Thursday, 31 October 2019

Epigrams at Cyzicus

Book 3 of the Anthology is a weird one, as the early books so often are (Christodorus of Thebes, anyone?). It's short -- a mere nineteen epigrams -- and contains genuinely inscriptional epigrams from a single, lost location:


At Cyzicus, inside the Temple of Apollonis, mother of Attalus and Eumenes: epigrams which were inscribed on the tablets set into the columns. These tablets contained narrative scenes, carved in low relief, as is set out below.

Cues within the book tell us when we are turning a corner within this temple and invite reconstruction, though the fragmentary state of some of the poems does not inspire confidence in any such scheme. After all, the temple is lost. And "tablets set into the columns" already sounds peculiar.

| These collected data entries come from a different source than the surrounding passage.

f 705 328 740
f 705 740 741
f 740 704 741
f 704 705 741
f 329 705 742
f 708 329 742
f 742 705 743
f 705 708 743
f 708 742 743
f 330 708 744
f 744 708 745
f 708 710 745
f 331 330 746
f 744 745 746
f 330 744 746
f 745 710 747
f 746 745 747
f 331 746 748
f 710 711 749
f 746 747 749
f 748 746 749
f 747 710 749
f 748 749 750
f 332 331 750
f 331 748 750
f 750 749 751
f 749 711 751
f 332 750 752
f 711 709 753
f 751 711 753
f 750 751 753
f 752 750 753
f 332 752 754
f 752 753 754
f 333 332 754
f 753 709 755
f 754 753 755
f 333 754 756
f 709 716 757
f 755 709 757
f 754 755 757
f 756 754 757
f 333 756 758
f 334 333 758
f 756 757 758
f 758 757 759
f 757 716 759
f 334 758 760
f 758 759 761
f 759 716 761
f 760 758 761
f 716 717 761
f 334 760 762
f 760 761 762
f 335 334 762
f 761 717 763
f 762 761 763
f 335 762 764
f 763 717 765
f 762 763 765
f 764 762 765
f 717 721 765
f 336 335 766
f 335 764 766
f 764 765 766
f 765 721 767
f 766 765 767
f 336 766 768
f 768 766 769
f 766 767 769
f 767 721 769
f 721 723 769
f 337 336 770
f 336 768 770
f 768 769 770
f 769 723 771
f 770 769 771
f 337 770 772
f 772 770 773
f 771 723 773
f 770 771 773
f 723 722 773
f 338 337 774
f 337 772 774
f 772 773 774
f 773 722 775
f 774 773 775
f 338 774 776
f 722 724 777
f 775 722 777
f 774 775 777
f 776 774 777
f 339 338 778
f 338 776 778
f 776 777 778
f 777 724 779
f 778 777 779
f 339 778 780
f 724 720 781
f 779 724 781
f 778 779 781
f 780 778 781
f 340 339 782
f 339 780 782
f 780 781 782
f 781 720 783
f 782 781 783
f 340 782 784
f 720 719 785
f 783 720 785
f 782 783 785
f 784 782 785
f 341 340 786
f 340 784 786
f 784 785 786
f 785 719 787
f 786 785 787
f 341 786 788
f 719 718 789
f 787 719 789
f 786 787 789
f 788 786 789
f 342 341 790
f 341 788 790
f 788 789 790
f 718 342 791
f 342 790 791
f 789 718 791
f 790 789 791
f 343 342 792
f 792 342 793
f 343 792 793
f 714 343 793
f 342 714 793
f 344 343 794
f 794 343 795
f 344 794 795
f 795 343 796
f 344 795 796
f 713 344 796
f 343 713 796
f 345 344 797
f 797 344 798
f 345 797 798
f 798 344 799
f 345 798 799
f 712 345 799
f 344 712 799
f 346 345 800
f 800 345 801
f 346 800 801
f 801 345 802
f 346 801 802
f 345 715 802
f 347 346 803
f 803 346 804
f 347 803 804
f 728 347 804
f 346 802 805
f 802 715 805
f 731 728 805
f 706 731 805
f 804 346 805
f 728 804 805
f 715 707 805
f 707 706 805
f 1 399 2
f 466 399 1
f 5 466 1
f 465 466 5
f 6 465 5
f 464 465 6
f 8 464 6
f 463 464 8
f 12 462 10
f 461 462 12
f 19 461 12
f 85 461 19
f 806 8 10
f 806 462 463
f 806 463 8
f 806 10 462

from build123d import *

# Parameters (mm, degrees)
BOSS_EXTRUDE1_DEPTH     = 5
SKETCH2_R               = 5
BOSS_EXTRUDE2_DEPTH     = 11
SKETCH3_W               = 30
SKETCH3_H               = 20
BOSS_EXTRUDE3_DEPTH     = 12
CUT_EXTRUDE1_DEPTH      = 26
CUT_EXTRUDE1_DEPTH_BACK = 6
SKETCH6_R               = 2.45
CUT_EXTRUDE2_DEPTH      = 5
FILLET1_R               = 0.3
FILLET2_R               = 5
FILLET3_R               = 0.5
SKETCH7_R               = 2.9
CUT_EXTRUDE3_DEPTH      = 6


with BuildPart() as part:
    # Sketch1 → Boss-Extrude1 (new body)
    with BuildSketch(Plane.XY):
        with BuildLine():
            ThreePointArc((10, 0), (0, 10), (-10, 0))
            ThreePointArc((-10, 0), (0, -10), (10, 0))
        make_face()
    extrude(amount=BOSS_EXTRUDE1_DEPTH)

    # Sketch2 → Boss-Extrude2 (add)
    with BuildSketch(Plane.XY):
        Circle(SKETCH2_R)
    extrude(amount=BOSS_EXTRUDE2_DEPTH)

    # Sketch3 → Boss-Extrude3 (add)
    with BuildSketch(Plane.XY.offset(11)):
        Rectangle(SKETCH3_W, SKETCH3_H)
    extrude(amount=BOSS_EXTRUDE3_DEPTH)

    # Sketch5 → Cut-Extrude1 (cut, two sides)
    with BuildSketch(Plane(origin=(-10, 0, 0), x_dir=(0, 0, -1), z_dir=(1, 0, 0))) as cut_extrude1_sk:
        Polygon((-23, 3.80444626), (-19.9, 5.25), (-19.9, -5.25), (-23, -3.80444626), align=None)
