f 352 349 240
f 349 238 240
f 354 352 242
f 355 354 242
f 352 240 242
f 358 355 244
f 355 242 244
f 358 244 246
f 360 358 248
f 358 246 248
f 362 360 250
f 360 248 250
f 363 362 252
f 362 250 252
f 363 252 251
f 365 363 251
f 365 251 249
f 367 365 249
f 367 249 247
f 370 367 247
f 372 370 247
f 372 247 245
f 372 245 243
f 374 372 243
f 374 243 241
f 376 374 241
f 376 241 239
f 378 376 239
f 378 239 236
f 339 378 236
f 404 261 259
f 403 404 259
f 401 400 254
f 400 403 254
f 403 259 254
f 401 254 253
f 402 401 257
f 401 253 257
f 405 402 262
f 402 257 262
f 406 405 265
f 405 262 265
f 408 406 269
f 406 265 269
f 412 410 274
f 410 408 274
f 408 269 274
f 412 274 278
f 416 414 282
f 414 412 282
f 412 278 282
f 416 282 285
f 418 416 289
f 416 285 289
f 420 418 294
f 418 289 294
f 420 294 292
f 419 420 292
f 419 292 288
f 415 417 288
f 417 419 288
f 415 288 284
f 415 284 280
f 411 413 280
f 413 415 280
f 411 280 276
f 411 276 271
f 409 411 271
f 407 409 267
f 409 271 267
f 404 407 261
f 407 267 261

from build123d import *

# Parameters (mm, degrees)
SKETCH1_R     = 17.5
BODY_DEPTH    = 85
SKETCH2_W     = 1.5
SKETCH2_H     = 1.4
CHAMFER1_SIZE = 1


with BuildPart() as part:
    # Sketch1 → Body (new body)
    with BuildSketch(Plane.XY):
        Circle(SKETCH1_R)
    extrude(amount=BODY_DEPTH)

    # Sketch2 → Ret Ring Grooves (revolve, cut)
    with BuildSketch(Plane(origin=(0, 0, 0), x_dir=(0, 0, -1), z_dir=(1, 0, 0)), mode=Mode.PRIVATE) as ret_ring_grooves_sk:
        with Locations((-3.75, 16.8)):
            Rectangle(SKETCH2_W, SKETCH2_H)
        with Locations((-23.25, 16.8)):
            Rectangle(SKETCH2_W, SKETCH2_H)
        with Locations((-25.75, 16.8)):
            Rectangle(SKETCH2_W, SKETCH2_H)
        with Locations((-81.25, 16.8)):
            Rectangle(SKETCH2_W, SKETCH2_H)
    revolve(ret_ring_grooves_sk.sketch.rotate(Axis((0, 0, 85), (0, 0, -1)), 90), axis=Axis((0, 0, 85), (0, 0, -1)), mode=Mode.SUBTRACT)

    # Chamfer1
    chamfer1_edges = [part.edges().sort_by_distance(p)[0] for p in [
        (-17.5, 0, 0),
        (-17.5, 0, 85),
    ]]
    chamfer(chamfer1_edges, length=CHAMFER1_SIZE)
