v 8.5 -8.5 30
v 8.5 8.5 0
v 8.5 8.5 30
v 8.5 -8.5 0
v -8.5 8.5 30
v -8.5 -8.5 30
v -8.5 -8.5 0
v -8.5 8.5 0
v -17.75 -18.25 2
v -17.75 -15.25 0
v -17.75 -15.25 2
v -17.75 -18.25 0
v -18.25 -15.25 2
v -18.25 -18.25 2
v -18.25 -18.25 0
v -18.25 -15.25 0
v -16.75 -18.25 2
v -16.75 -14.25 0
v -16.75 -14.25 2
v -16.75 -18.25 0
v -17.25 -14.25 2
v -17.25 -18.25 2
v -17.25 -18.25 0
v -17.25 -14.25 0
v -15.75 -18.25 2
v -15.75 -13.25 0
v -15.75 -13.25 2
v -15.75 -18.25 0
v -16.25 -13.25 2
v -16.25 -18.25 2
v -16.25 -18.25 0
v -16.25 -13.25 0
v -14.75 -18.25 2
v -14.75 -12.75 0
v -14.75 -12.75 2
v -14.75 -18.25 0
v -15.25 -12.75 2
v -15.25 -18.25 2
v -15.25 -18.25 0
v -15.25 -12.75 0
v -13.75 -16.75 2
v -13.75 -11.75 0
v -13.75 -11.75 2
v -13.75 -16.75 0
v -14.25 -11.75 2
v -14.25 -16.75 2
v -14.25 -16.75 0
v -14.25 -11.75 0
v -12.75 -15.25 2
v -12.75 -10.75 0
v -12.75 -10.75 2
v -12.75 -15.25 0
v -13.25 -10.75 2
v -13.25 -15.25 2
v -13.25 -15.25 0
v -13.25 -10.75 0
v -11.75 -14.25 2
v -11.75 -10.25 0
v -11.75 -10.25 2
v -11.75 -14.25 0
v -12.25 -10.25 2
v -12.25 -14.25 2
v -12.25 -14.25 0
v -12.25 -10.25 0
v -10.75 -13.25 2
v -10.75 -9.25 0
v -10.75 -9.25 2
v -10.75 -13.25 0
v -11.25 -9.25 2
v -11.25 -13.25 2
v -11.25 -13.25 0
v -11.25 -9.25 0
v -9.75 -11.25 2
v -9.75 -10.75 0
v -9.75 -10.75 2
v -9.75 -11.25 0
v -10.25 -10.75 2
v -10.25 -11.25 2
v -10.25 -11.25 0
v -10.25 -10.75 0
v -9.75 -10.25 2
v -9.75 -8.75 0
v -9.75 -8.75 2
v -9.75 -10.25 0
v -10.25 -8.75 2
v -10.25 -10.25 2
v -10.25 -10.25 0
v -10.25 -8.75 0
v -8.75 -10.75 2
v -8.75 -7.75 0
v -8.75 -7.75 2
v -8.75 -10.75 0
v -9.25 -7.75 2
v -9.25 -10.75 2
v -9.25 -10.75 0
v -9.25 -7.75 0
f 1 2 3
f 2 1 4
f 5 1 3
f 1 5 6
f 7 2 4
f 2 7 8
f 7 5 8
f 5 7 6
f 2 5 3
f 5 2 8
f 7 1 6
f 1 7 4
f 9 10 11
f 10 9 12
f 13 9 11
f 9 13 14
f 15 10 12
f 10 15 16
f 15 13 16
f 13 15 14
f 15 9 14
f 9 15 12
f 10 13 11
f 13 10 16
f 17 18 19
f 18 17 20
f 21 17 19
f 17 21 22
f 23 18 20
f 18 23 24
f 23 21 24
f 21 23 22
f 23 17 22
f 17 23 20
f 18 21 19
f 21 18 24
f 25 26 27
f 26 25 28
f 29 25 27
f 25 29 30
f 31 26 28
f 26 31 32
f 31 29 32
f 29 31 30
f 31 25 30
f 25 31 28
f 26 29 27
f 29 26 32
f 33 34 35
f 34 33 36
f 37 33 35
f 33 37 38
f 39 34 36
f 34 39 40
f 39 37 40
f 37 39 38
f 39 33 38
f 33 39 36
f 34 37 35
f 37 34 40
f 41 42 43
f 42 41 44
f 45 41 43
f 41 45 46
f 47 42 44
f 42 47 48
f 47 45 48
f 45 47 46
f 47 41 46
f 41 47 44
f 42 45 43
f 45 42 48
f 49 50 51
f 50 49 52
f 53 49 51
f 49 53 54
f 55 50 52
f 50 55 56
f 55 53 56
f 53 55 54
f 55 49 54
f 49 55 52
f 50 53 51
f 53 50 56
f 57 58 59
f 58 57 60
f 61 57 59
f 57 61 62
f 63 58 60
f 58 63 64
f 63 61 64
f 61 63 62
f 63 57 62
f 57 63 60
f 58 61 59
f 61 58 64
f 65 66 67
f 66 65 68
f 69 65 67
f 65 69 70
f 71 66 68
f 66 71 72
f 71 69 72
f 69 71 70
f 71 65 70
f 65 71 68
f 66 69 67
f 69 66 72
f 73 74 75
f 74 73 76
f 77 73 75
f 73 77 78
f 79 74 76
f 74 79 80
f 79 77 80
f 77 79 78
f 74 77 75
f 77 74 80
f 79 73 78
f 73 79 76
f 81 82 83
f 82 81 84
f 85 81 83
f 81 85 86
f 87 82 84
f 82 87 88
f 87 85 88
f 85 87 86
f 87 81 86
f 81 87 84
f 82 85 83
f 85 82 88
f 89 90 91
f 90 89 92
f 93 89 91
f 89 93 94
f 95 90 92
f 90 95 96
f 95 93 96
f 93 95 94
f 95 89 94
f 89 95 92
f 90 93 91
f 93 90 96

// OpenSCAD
translate([0, 0, 15]) color([0,1,0,0.9]) cube([17, 17, 30], center=true);
translate([-18.0, -18.0, 1]) color([1,0,0]) cube([0.5, 0.5, 2], center=true);
translate([-18.0, -17.5, 1]) color([1,0,0]) cube([0.5, 0.5, 2], center=true);
translate([-18.0, -17.0, 1]) color([1,0,0]) cube([0.5, 0.5, 2], center=true);
translate([-18.0, -16.5, 1]) color([1,0,0]) cube([0.5, 0.5, 2], center=true);
translate([-18.0, -16.0, 1]) color([1,0,0]) cube([0.5, 0.5, 2], center=true);
translate([-18.0, -15.5, 1]) color([1,0,0]) cube([0.5, 0.5, 2], center=true);
translate([-17.0, -18.0, 1]) color([1,0,0]) cube([0.5, 0.5, 2], center=true);
translate([-17.0, -17.5, 1]) color([1,0,0]) cube([0.5, 0.5, 2], center=true);
translate([-17.0, -17.0, 1]) color([1,0,0]) cube([0.5, 0.5, 2], center=true);
translate([-17.0, -16.5, 1]) color([1,0,0]) cube([0.5, 0.5, 2], center=true);
translate([-17.0, -16.0, 1]) color([1,0,0]) cube([0.5, 0.5, 2], center=true);
translate([-17.0, -15.5, 1]) color([1,0,0]) cube([0.5, 0.5, 2], center=true);
translate([-17.0, -15.0, 1]) color([1,0,0]) cube([0.5, 0.5, 2], center=true);
translate([-17.0, -14.5, 1]) color([1,0,0]) cube([0.5, 0.5, 2], center=true);
translate([-16.0, -18.0, 1]) color([1,0,0]) cube([0.5, 0.5, 2], center=true);
translate([-16.0, -17.5, 1]) color([1,0,0]) cube([0.5, 0.5, 2], center=true);
translate([-16.0, -17.0, 1]) color([1,0,0]) cube([0.5, 0.5, 2], center=true);
translate([-16.0, -16.5, 1]) color([1,0,0]) cube([0.5, 0.5, 2], center=true);
translate([-16.0, -16.0, 1]) color([1,0,0]) cube([0.5, 0.5, 2], center=true);
translate([-16.0, -15.5, 1]) color([1,0,0]) cube([0.5, 0.5, 2], center=true);
translate([-16.0, -15.0, 1]) color([1,0,0]) cube([0.5, 0.5, 2], center=true);
translate([-16.0, -14.5, 1]) color([1,0,0]) cube([0.5, 0.5, 2], center=true);
translate([-16.0, -14.0, 1]) color([1,0,0]) cube([0.5, 0.5, 2], center=true);
translate([-16.0, -13.5, 1]) color([1,0,0]) cube([0.5, 0.5, 2], center=true);
translate([-15.0, -18.0, 1]) color([1,0,0]) cube([0.5, 0.5, 2], center=true);
translate([-15.0, -17.5, 1]) color([1,0,0]) cube([0.5, 0.5, 2], center=true);
translate([-15.0, -17.0, 1]) color([1,0,0]) cube([0.5, 0.5, 2], center=true);
translate([-15.0, -16.5, 1]) color([1,0,0]) cube([0.5, 0.5, 2], center=true);
translate([-15.0, -16.0, 1]) color([1,0,0]) cube([0.5, 0.5, 2], center=true);
translate([-15.0, -15.5, 1]) color([1,0,0]) cube([0.5, 0.5, 2], center=true);
translate([-15.0, -15.0, 1]) color([1,0,0]) cube([0.5, 0.5, 2], center=true);
translate([-15.0, -14.5, 1]) color([1,0,0]) cube([0.5, 0.5, 2], center=true);
translate([-15.0, -14.0, 1]) color([1,0,0]) cube([0.5, 0.5, 2], center=true);
translate([-15.0, -13.5, 1]) color([1,0,0]) cube([0.5, 0.5, 2], center=true);
translate([-15.0, -13.0, 1]) color([1,0,0]) cube([0.5, 0.5, 2], center=true);
translate([-14.0, -16.5, 1]) color([1,0,0]) cube([0.5, 0.5, 2], center=true);
translate([-14.0, -16.0, 1]) color([1,0,0]) cube([0.5, 0.5, 2], center=true);
translate([-14.0, -15.5, 1]) color([1,0,0]) cube([0.5, 0.5, 2], center=true);
translate([-14.0, -15.0, 1]) color([1,0,0]) cube([0.5, 0.5, 2], center=true);
translate([-14.0, -14.5, 1]) color([1,0,0]) cube([0.5, 0.5, 2], center=true);
translate([-14.0, -14.0, 1]) color([1,0,0]) cube([0.5, 0.5, 2], center=true);
translate([-14.0, -13.5, 1]) color([1,0,0]) cube([0.5, 0.5, 2], center=true);
translate([-14.0, -13.0, 1]) color([1,0,0]) cube([0.5, 0.5, 2], center=true);
translate([-14.0, -12.5, 1]) color([1,0,0]) cube([0.5, 0.5, 2], center=true);
translate([-14.0, -12.0, 1]) color([1,0,0]) cube([0.5, 0.5, 2], center=true);
translate([-13.0, -15.0, 1]) color([1,0,0]) cube([0.5, 0.5, 2], center=true);
translate([-13.0, -14.5, 1]) color([1,0,0]) cube([0.5, 0.5, 2], center=true);
translate([-13.0, -14.0, 1]) color([1,0,0]) cube([0.5, 0.5, 2], center=true);
translate([-13.0, -13.5, 1]) color([1,0,0]) cube([0.5, 0.5, 2], center=true);
translate([-13.0, -13.0, 1]) color([1,0,0]) cube([0.5, 0.5, 2], center=true);
translate([-13.0, -12.5, 1]) color([1,0,0]) cube([0.5, 0.5, 2], center=true);
translate([-13.0, -12.0, 1]) color([1,0,0]) cube([0.5, 0.5, 2], center=true);
translate([-13.0, -11.5, 1]) color([1,0,0]) cube([0.5, 0.5, 2], center=true);
translate([-13.0, -11.0, 1]) color([1,0,0]) cube([0.5, 0.5, 2], center=true);
translate([-12.0, -14.0, 1]) color([1,0,0]) cube([0.5, 0.5, 2], center=true);
translate([-12.0, -13.5, 1]) color([1,0,0]) cube([0.5, 0.5, 2], center=true);
translate([-12.0, -13.0, 1]) color([1,0,0]) cube([0.5, 0.5, 2], center=true);
translate([-12.0, -12.5, 1]) color([1,0,0]) cube([0.5, 0.5, 2], center=true);
translate([-12.0, -12.0, 1]) color([1,0,0]) cube([0.5, 0.5, 2], center=true);
translate([-12.0, -11.5, 1]) color([1,0,0]) cube([0.5, 0.5, 2], center=true);
translate([-12.0, -11.0, 1]) color([1,0,0]) cube([0.5, 0.5, 2], center=true);
translate([-12.0, -10.5, 1]) color([1,0,0]) cube([0.5, 0.5, 2], center=true);
translate([-11.0, -13.0, 1]) color([1,0,0]) cube([0.5, 0.5, 2], center=true);
translate([-11.0, -12.5, 1]) color([1,0,0]) cube([0.5, 0.5, 2], center=true);
translate([-11.0, -12.0, 1]) color([1,0,0]) cube([0.5, 0.5, 2], center=true);
translate([-11.0, -11.5, 1]) color([1,0,0]) cube([0.5, 0.5, 2], center=true);
translate([-11.0, -11.0, 1]) color([1,0,0]) cube([0.5, 0.5, 2], center=true);
translate([-11.0, -10.5, 1]) color([1,0,0]) cube([0.5, 0.5, 2], center=true);
translate([-11.0, -10.0, 1]) color([1,0,0]) cube([0.5, 0.5, 2], center=true);
translate([-11.0, -9.5, 1]) color([1,0,0]) cube([0.5, 0.5, 2], center=true);
translate([-10.0, -11.0, 1]) color([1,0,0]) cube([0.5, 0.5, 2], center=true);
translate([-10.0, -10.0, 1]) color([1,0,0]) cube([0.5, 0.5, 2], center=true);
translate([-10.0, -9.5, 1]) color([1,0,0]) cube([0.5, 0.5, 2], center=true);
translate([-10.0, -9.0, 1]) color([1,0,0]) cube([0.5, 0.5, 2], center=true);
translate([-9.0, -10.5, 1]) color([1,0,0]) cube([0.5, 0.5, 2], center=true);
translate([-9.0, -10.0, 1]) color([1,0,0]) cube([0.5, 0.5, 2], center=true);
translate([-9.0, -9.5, 1]) color([1,0,0]) cube([0.5, 0.5, 2], center=true);
translate([-9.0, -9.0, 1]) color([1,0,0]) cube([0.5, 0.5, 2], center=true);
translate([-9.0, -8.5, 1]) color([1,0,0]) cube([0.5, 0.5, 2], center=true);
translate([-9.0, -8.0, 1]) color([1,0,0]) cube([0.5, 0.5, 2], center=true);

Attalus and Eumenes would have wanted to be remembered as dutiful sons, and the narrative scenes preponderantly depicted tales of filial piety. Here for instance is the epigram for the eighteenth column, showing the tale of Cleobis and Biton. Each of the epigrams comes with its own caption, which presumably is editorial intervention (a chopped-up guide's spiel?) rather than transcription of anything found in the temple itself:


On the eighteenth are Cleobis and Biton. Their mother was the priestess of Hera at Argos; they put their own necks beneath the yoke (because the team of oxen was too slow) and so enabled her to perform the sacred rites. According to the story, she was so pleased by this that she prayed to the goddess that her sons should meet with whatever was finest among mortals; and after she had made this prayer, the boys died that same night.

This story of Cydippe and her sons,
And of their holy reverence, is not false;
Its truth is ample. For their toil was sweet,
And in due season for their manly youth:
For holy love of mother, they performed
A famous labour. In the world below
May you rejoice, men famed for piety,
And may your tale alone endure all time.

Some of the legends are described in offbeat and otherwise unattested variants. As I said, it's a weird one, and I suggest it would repay serious study one day.